Ask HN: I've built a product - how do I take payments in the UK? - tcarnell

	I am based in the UK and I have built a web application and now I want to charge people for a 'premium' account.
I guess I have the following basic options:<p>1. Use an API from a bank and handle the payment processing myself (which one?)<p>2. Use a 3rd party payment system and don't have anything to do with the actual processing<p>3. Use PayPal<p>Does anybody have any experience (pros/cons) with these approaches? Any help would be REALLY appreciated (of course, I will research this myself and also publish my own findings).
======
pierrefar
There are MANY consideration in addition to the technolgy:

1\. You'll get killed with currency conversions with PayPal. They're the
equivalent of thieves in this regard. If you're expecting lots of non-GBP
income, this could become a significant cost of running the business. But
they're very convenient and easy to link to UK bank accounts.

2\. Don't get married to one provider. Use a "meta" API like Spreedly
(<http://spreedly.com/> ) so that you can quickly/easily switch if something
goes wrong. With all the "PayPayl is evil" stories of late, this is simply
prudent. I haven't used Spreedly yet, but heard good things about them, and
they answered a quick question I recently asked them.

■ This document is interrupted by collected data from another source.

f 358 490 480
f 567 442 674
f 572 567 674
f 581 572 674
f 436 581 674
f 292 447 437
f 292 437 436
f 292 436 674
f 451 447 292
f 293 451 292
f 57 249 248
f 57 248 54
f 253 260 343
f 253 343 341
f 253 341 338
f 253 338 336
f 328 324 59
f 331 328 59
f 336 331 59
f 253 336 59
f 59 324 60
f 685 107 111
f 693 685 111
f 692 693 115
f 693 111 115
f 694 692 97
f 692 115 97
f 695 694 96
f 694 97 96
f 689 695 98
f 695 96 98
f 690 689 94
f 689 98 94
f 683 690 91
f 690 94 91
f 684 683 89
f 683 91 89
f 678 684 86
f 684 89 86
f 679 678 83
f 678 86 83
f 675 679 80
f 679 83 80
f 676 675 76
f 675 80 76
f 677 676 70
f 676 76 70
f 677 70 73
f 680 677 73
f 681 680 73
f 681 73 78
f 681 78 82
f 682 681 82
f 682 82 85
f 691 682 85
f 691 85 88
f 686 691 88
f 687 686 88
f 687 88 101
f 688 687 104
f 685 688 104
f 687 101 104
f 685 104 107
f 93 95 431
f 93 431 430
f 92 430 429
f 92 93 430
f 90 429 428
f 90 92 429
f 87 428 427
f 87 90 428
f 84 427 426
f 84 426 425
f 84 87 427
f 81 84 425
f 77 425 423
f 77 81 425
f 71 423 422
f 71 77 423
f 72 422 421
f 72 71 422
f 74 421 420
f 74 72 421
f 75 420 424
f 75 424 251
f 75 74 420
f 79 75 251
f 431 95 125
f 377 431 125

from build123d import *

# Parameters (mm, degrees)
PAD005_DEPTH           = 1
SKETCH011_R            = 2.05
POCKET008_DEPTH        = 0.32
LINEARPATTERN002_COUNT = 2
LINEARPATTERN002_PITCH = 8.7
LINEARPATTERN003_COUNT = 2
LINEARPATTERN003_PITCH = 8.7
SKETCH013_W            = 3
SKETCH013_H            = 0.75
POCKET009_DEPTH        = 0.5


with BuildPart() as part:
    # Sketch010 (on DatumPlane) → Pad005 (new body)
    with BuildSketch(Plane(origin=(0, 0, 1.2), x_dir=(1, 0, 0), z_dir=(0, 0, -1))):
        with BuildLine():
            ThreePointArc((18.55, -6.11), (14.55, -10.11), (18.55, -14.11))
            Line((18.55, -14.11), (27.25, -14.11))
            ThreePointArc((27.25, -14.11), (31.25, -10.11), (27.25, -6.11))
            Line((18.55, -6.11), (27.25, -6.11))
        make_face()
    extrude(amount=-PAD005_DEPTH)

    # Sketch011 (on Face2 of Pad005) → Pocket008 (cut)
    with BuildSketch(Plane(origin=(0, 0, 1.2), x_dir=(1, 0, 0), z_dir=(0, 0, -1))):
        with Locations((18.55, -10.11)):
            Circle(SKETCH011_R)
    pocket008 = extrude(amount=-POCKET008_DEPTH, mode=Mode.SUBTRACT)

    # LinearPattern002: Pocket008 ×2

3\. Google Checkout is not as well-known as PayPal. Funny anecdote I can't
find the reference for now: A website was using PayPal and thought to add
Checkout, with both icons next to each other on the page. Their _Paypal_
earnings shot up significantly, and Checkout got very little additional
revenue.

4\. If you accept credit cards for payment, ne careful with PCI compliance,
even if you don't accept credit cards on your own servers:
[http://en.wikipedia.org/wiki/Payment_Card_Industry_Data_Secu...](http://en.wikipedia.org/wiki/Payment_Card_Industry_Data_Security_Standard)
. If you process the CC info yourself, PCI compliance can be very expensive
for a sole hacker or small business, so consider off-loading the processing to
a provider. You'll still need to have some level of compliance as I understand
it, but it's easier. IANAL so get proper advice from your lawyer and
accountant type friends.

5\. Taxes and HMRC. 'nuff said.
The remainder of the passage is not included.